Problem: Restate exactly the lines from the top of the listing below to the line containing "v 43.099 0 -4.411"; the remaining lines are not wanted.

Given data:
= = = =

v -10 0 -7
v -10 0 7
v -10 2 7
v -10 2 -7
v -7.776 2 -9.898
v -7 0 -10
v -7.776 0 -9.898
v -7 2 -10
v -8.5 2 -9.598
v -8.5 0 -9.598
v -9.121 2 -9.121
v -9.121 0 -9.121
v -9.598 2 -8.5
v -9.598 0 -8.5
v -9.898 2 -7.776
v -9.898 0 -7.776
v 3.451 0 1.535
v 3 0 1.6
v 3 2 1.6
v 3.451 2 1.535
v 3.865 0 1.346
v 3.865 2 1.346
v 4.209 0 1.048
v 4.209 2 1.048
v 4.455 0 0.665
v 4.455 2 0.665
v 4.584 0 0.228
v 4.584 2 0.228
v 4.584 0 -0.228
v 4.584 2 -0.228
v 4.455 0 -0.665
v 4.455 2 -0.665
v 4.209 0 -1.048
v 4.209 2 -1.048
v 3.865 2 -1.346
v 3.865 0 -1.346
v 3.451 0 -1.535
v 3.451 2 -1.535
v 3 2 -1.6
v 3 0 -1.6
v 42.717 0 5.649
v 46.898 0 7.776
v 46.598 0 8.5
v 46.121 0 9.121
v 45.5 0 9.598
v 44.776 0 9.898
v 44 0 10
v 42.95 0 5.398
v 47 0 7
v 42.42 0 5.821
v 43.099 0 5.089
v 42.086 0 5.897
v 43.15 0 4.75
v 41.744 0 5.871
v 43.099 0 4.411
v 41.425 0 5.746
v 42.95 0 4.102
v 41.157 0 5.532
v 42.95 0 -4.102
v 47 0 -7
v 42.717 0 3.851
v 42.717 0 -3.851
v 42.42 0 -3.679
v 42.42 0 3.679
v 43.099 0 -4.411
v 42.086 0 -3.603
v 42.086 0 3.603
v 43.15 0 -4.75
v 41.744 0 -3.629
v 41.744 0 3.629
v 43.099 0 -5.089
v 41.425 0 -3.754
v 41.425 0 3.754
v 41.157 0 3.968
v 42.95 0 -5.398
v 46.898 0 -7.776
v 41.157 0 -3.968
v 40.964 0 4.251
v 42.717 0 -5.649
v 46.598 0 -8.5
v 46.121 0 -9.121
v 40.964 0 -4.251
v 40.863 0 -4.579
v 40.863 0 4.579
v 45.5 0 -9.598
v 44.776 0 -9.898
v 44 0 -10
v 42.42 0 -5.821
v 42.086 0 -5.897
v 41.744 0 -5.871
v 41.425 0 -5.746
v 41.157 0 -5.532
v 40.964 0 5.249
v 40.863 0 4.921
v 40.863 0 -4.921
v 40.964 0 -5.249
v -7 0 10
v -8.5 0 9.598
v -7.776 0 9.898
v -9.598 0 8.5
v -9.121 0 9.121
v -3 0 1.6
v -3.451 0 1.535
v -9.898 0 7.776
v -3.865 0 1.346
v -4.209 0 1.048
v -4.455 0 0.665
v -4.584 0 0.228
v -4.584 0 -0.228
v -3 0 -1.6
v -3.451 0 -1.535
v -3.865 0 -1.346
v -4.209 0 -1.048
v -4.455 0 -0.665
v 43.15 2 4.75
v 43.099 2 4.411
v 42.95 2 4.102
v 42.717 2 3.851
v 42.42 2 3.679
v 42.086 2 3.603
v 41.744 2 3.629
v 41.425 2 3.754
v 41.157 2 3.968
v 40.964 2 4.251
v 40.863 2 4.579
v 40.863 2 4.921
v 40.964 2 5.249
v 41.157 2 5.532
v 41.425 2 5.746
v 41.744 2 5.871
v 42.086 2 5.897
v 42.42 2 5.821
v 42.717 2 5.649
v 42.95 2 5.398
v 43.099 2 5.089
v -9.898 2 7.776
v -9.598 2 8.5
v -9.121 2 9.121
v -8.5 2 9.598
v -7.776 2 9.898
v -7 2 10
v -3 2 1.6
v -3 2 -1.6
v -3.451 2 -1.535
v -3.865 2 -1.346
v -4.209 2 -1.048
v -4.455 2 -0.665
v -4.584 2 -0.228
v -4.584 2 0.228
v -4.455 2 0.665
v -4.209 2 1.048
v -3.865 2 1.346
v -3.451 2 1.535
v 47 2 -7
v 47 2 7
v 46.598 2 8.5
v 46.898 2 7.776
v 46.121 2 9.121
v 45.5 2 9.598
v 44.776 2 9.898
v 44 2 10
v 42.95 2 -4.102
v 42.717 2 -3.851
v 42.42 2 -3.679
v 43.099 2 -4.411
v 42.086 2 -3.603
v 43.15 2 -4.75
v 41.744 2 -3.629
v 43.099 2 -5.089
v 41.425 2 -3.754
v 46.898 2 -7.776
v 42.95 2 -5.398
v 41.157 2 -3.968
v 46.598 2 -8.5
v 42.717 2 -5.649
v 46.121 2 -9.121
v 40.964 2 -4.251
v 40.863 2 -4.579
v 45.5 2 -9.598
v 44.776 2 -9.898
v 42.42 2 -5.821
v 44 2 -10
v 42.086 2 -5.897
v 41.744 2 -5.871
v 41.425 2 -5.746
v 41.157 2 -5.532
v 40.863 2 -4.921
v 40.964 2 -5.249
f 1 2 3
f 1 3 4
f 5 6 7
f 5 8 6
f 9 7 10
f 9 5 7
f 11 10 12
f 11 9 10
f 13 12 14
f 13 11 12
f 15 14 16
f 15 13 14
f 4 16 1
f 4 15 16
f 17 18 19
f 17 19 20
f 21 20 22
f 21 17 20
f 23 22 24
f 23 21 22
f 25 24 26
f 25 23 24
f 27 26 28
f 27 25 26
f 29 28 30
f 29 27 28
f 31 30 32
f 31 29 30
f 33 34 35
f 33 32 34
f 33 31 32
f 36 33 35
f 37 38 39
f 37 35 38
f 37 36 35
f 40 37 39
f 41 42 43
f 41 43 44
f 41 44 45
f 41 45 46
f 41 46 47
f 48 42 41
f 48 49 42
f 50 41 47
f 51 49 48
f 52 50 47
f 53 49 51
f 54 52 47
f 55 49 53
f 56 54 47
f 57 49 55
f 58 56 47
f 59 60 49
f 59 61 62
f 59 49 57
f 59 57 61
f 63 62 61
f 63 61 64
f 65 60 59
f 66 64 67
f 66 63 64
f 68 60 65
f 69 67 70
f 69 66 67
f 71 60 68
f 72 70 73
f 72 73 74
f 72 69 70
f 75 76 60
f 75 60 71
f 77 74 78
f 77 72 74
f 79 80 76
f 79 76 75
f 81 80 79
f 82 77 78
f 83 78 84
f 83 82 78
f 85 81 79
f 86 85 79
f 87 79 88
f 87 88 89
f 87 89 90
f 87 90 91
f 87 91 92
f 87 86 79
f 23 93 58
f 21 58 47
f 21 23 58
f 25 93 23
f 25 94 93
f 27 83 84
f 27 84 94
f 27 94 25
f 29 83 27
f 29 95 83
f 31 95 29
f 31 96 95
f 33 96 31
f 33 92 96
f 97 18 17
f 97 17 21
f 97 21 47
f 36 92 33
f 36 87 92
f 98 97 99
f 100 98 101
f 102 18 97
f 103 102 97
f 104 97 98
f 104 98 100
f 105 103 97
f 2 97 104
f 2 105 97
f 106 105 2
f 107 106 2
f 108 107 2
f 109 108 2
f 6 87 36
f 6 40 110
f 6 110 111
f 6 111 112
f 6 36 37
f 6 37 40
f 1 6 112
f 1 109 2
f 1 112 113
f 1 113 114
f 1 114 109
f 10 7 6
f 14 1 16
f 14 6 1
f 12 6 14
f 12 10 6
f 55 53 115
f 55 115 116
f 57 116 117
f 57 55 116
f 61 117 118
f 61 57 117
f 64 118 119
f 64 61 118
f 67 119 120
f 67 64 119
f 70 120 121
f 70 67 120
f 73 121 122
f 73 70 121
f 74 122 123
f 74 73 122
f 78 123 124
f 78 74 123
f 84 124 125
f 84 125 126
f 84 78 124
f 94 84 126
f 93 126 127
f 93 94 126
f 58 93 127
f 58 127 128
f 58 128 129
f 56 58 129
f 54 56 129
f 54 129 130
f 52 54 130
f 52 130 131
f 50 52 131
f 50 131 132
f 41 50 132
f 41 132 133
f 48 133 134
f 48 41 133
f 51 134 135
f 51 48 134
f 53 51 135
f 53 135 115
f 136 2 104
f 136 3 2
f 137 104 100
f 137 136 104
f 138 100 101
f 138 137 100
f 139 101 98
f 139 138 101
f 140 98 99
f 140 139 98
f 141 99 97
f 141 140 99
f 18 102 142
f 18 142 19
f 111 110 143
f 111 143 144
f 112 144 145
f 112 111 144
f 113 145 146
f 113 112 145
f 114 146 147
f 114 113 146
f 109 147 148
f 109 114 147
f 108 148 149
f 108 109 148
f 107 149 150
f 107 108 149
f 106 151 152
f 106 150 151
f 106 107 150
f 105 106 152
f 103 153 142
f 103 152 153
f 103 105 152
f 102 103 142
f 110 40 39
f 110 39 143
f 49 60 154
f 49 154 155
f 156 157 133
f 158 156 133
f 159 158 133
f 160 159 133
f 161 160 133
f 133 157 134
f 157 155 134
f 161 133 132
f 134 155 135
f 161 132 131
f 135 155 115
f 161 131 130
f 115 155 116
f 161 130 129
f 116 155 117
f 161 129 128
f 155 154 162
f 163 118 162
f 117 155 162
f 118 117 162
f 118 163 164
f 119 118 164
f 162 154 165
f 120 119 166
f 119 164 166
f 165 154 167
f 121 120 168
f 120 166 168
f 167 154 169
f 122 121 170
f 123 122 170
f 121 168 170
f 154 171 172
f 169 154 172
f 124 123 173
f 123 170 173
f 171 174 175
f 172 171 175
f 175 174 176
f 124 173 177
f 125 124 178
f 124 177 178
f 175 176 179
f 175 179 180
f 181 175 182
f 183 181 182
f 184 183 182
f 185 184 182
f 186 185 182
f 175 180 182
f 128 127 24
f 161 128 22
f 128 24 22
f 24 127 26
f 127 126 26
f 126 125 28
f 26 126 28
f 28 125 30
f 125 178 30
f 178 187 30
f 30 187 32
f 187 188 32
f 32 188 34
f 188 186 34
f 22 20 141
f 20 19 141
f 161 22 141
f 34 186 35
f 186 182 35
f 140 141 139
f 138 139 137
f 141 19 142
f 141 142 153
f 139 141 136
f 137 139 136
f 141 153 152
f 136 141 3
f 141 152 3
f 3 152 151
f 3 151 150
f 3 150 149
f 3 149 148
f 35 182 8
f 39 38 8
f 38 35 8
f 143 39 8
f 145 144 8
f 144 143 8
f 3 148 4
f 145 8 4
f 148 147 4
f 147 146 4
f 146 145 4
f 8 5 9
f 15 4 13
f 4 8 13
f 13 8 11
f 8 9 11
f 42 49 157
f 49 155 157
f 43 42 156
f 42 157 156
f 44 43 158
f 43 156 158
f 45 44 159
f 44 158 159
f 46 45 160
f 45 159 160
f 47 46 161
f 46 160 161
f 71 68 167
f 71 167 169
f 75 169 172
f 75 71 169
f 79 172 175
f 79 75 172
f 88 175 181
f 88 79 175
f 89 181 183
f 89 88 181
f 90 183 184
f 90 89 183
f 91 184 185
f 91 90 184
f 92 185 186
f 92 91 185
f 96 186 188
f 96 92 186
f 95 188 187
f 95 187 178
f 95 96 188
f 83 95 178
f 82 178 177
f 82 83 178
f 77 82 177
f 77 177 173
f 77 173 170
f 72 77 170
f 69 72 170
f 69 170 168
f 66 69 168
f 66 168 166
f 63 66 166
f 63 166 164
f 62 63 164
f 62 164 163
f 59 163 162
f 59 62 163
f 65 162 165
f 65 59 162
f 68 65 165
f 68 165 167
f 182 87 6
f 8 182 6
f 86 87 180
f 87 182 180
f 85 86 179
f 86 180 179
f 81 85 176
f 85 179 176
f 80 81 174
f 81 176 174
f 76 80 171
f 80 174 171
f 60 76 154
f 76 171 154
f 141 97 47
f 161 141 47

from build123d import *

# Parameters (mm, degrees)
SKETCH_1_R          = 1.6
SKETCH_1_R_2        = 1.15
EXTRUDE_1_DEPTH     = 2
FILLET_2_R          = 3
CUT_EXTRUDE_1_DEPTH = 10


with BuildPart() as part:
    # 草图1 → 凸台-拉伸1 (new body)
    with BuildSketch(Plane(origin=(0, 0, 0), x_dir=(1, 0, 0), z_dir=(0, 1, 0))):
        Polygon((-10, 10), (10, 10), (47, 10), (47, -10), (10, -10), (-10, -10), align=None)
        Circle(SKETCH_1_R, mode=Mode.SUBTRACT)
        with Locations((42, -4.75)):
            Circle(SKETCH_1_R_2, mode=Mode.SUBTRACT)
        with Locations((42, 4.75)):
            Circle(SKETCH_1_R_2, mode=Mode.SUBTRACT)
    extrude(amount=EXTRUDE_1_DEPTH)

    # 圆角2
    fillet_2_edges = [part.edges().sort_by_distance(p)[0] for p in [
        (-10, 1, -10),
        (47, 1, -10),
        (47, 1, 10),
        (-10, 1, 10),
    ]]
    fillet(fillet_2_edges, radius=FILLET_2_R)

    # 草图2 → 切除-拉伸1 (cut)
    with BuildSketch(Plane.XZ):
        with BuildLine():
            Line((-3, 1.6), (3, 1.6))
            ThreePointArc((3, 1.6), (4.6, 0), (3, -1.6))
            Line((3, -1.6), (-3, -1.6))
            ThreePointArc((-3, -1.6), (-4.6, 0), (-3, 1.6))
        make_face()
    extrude(amount=-CUT_EXTRUDE_1_DEPTH, mode=Mode.SUBTRACT)


solid = part.part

= = = =

Reply:
v -10 0 -7
v -10 0 7
v -10 2 7
v -10 2 -7
v -7.776 2 -9.898
v -7 0 -10
v -7.776 0 -9.898
v -7 2 -10
v -8.5 2 -9.598
v -8.5 0 -9.598
v -9.121 2 -9.121
v -9.121 0 -9.121
v -9.598 2 -8.5
v -9.598 0 -8.5
v -9.898 2 -7.776
v -9.898 0 -7.776
v 3.451 0 1.535
v 3 0 1.6
v 3 2 1.6
v 3.451 2 1.535
v 3.865 0 1.346
v 3.865 2 1.346
v 4.209 0 1.048
v 4.209 2 1.048
v 4.455 0 0.665
v 4.455 2 0.665
v 4.584 0 0.228
v 4.584 2 0.228
v 4.584 0 -0.228
v 4.584 2 -0.228
v 4.455 0 -0.665
v 4.455 2 -0.665
v 4.209 0 -1.048
v 4.209 2 -1.048
v 3.865 2 -1.346
v 3.865 0 -1.346
v 3.451 0 -1.535
v 3.451 2 -1.535
v 3 2 -1.6
v 3 0 -1.6
v 42.717 0 5.649
v 46.898 0 7.776
v 46.598 0 8.5
v 46.121 0 9.121
v 45.5 0 9.598
v 44.776 0 9.898
v 44 0 10
v 42.95 0 5.398
v 47 0 7
v 42.42 0 5.821
v 43.099 0 5.089
v 42.086 0 5.897
v 43.15 0 4.75
v 41.744 0 5.871
v 43.099 0 4.411
v 41.425 0 5.746
v 42.95 0 4.102
v 41.157 0 5.532
v 42.95 0 -4.102
v 47 0 -7
v 42.717 0 3.851
v 42.717 0 -3.851
v 42.42 0 -3.679
v 42.42 0 3.679
v 43.099 0 -4.411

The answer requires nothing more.